### Source data
»»
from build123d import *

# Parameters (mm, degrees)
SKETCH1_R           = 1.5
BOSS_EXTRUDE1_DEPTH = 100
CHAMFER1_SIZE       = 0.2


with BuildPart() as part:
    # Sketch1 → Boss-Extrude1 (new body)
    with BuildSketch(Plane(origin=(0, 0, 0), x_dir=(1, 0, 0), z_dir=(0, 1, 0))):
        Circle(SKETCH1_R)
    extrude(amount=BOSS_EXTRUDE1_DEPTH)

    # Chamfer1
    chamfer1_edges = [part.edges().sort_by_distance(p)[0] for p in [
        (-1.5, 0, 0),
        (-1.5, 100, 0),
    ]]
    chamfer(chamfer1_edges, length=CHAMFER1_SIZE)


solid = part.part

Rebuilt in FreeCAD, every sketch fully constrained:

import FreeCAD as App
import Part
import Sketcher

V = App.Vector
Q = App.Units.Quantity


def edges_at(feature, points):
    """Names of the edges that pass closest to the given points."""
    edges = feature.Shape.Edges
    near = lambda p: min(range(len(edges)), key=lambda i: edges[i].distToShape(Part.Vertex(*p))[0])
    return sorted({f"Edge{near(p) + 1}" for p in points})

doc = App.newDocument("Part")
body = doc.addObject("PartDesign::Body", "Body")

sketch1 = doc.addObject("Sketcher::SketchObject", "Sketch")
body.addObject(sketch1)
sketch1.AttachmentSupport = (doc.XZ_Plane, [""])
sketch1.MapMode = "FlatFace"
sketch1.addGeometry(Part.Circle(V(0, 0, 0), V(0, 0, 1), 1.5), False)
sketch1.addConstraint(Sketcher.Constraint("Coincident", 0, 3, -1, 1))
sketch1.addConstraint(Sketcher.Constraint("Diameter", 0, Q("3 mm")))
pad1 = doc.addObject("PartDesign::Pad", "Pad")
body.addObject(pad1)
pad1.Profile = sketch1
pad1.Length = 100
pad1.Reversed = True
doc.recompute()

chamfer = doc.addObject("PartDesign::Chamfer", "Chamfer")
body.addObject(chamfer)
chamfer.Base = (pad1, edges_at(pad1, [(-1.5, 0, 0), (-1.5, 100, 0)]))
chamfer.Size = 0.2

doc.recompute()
««
»»
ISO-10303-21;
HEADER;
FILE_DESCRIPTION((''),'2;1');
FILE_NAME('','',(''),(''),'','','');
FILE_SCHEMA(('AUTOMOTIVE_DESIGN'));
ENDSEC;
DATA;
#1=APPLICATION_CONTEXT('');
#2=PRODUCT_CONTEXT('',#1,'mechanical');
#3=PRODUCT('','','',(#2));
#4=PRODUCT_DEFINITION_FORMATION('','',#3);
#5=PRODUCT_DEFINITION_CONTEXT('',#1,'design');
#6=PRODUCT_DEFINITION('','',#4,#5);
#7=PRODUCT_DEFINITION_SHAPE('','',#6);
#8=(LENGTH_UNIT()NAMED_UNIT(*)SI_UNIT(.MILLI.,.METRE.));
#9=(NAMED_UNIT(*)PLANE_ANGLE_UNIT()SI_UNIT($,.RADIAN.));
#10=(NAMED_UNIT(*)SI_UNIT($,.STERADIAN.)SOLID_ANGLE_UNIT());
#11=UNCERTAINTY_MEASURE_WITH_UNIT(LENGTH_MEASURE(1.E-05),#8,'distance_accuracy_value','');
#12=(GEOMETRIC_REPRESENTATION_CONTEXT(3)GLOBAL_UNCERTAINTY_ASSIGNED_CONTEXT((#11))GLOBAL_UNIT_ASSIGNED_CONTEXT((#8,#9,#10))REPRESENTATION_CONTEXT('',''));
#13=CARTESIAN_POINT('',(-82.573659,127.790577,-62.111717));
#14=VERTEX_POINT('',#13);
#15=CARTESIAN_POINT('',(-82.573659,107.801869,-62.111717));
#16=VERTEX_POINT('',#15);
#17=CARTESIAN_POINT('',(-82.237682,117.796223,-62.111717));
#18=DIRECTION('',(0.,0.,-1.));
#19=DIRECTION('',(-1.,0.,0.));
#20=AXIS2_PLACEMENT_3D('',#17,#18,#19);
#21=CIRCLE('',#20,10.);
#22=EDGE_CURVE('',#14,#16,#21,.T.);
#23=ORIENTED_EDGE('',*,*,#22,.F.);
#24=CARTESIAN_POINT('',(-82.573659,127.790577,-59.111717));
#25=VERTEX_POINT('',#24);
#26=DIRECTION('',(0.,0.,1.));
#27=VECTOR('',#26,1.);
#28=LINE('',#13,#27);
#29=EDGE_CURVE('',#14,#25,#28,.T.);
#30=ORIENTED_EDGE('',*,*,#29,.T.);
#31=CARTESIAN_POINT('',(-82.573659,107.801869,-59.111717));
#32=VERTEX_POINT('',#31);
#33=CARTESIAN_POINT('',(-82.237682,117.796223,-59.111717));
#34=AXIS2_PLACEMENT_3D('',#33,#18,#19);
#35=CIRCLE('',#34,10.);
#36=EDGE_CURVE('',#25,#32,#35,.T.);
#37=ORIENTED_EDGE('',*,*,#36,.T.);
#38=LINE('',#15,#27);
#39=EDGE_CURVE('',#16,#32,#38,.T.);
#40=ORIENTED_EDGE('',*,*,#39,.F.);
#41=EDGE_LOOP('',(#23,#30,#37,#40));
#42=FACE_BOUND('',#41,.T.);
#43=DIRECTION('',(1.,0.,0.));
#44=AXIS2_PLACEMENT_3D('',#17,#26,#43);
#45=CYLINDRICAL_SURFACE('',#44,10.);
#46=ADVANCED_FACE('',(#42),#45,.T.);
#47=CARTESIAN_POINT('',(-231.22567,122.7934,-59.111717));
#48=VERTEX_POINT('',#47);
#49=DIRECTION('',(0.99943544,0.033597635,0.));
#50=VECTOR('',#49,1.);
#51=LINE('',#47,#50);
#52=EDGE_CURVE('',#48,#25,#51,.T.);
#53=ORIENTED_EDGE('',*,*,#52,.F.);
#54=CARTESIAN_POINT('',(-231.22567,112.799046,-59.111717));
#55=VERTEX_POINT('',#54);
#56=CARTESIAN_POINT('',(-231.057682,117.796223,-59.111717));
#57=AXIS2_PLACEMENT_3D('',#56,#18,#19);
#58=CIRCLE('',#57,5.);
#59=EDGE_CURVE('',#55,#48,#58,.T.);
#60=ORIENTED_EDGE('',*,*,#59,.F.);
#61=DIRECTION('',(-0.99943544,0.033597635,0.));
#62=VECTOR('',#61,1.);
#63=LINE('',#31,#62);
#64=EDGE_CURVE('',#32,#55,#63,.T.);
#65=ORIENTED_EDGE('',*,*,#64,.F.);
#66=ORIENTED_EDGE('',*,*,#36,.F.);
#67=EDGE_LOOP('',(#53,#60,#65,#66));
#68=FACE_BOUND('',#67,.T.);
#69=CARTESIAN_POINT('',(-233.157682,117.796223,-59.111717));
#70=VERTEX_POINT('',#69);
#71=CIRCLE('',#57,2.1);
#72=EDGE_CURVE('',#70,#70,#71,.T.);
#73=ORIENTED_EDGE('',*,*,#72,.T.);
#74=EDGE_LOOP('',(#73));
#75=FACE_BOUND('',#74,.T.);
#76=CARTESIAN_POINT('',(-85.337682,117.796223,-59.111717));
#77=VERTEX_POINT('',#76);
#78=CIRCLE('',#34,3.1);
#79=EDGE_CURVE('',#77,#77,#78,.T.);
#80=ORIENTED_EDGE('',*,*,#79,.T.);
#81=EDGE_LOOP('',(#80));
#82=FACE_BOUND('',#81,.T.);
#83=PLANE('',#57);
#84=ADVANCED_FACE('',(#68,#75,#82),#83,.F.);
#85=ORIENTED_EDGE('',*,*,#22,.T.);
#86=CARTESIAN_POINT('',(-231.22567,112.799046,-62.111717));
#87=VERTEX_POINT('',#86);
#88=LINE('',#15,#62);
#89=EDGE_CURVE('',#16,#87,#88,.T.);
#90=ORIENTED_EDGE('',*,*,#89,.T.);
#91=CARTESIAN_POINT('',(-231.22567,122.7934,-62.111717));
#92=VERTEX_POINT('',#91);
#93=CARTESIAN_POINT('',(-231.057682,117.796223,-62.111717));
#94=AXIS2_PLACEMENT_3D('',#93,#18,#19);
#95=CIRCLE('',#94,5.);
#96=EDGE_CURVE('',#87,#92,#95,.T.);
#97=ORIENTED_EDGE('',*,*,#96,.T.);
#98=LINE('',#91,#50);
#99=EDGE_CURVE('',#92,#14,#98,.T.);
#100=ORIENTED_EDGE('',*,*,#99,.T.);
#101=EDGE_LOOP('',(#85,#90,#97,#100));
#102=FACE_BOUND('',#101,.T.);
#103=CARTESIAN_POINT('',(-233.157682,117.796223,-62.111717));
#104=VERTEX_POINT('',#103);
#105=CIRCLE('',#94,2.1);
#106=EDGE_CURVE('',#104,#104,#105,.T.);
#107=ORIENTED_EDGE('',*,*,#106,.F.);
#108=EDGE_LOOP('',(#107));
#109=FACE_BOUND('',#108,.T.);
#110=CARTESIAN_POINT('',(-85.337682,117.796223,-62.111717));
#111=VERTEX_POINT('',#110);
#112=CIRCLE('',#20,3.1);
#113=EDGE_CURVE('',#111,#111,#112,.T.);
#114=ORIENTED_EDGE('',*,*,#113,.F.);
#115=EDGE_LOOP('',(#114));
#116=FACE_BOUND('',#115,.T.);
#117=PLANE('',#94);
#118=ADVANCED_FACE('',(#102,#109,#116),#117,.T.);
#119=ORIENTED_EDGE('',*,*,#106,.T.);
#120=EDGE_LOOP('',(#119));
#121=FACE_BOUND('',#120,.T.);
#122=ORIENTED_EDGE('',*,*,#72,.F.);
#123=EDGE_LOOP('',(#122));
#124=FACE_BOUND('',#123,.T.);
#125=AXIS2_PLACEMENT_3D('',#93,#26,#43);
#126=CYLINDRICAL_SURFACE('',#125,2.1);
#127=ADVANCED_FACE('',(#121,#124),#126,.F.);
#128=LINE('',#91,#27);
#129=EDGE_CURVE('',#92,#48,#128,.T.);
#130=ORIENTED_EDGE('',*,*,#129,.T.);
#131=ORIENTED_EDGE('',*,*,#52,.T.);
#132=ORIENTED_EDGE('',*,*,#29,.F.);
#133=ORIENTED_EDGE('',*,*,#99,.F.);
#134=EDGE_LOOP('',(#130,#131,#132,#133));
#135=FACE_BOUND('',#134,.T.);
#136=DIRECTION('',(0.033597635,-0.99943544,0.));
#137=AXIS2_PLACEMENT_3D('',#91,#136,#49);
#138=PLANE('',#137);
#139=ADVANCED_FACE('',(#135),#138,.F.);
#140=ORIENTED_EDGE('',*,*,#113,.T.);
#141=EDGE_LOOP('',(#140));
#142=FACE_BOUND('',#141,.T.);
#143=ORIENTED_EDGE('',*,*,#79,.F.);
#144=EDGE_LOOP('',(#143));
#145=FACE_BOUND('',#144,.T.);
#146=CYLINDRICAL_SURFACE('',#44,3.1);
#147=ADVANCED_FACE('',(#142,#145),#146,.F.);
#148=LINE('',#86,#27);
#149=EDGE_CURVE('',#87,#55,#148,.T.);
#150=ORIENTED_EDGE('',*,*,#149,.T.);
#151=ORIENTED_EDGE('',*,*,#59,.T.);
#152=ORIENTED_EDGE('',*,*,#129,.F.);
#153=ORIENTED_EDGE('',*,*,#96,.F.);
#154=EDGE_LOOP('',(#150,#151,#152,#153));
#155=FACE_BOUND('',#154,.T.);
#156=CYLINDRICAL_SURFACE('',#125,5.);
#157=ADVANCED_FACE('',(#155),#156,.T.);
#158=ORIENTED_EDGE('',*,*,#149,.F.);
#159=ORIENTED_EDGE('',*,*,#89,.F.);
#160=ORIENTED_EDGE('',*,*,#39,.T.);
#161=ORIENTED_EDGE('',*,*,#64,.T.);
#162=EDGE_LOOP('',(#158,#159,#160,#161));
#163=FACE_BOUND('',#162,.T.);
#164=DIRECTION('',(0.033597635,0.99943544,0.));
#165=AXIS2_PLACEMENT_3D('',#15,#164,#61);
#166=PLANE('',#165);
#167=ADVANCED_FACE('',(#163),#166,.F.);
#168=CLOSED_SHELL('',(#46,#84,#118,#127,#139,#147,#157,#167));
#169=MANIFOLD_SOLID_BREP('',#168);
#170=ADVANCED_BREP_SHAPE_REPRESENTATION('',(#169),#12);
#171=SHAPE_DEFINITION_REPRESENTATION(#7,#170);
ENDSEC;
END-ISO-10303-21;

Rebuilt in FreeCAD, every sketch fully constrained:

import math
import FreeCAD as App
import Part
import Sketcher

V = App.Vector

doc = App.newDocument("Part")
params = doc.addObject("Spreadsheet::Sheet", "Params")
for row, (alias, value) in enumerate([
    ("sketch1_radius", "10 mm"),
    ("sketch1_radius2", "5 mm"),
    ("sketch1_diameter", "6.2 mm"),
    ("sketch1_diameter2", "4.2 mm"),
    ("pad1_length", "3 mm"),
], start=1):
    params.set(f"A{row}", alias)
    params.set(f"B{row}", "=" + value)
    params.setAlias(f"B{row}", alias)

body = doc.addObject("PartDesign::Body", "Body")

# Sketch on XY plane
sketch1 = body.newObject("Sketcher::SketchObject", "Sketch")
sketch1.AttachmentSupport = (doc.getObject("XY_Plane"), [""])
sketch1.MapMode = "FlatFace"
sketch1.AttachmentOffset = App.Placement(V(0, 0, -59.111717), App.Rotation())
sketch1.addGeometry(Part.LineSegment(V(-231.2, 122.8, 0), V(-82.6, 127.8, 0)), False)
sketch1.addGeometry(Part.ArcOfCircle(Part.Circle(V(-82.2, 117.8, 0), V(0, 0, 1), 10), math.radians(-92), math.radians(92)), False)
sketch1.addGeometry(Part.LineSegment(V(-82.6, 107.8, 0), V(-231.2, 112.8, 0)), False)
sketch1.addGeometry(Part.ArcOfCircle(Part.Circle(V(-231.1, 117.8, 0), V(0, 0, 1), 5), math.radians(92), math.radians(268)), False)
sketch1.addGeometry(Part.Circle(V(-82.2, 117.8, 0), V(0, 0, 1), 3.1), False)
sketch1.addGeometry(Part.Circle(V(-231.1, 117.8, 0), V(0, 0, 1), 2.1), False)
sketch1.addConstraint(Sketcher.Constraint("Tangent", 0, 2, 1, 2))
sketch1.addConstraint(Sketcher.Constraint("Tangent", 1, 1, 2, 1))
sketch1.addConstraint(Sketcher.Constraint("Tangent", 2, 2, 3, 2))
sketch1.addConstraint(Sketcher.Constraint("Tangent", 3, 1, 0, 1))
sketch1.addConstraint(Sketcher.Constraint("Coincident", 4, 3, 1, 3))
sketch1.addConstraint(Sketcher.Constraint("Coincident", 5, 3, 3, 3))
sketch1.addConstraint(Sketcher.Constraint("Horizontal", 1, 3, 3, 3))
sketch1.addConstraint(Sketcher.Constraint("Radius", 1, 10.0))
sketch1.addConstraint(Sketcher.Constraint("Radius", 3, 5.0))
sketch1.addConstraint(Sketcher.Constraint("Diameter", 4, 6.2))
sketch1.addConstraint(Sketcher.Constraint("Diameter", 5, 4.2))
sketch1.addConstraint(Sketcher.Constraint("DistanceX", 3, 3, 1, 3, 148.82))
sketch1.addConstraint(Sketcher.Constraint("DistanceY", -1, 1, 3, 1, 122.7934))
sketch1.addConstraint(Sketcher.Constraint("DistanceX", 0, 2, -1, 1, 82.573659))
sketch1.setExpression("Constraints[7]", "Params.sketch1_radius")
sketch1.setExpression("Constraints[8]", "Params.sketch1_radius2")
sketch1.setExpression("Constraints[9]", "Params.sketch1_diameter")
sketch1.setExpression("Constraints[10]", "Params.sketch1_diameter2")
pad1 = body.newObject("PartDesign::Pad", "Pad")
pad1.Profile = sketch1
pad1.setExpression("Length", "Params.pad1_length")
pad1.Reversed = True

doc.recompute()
««
### Task requirements
Within the listing above, extract exactly the lines from the line with "#46=ADVANCED_FACE('',(#42),#45,.T.);" to the line with "#52=EDGE_CURVE('',#48,#25,#51,.T.);", the two named lines included, and no others.

### Result of this exercise
#46=ADVANCED_FACE('',(#42),#45,.T.);
#47=CARTESIAN_POINT('',(-231.22567,122.7934,-59.111717));
#48=VERTEX_POINT('',#47);
#49=DIRECTION('',(0.99943544,0.033597635,0.));
#50=VECTOR('',#49,1.);
#51=LINE('',#47,#50);
#52=EDGE_CURVE('',#48,#25,#51,.T.);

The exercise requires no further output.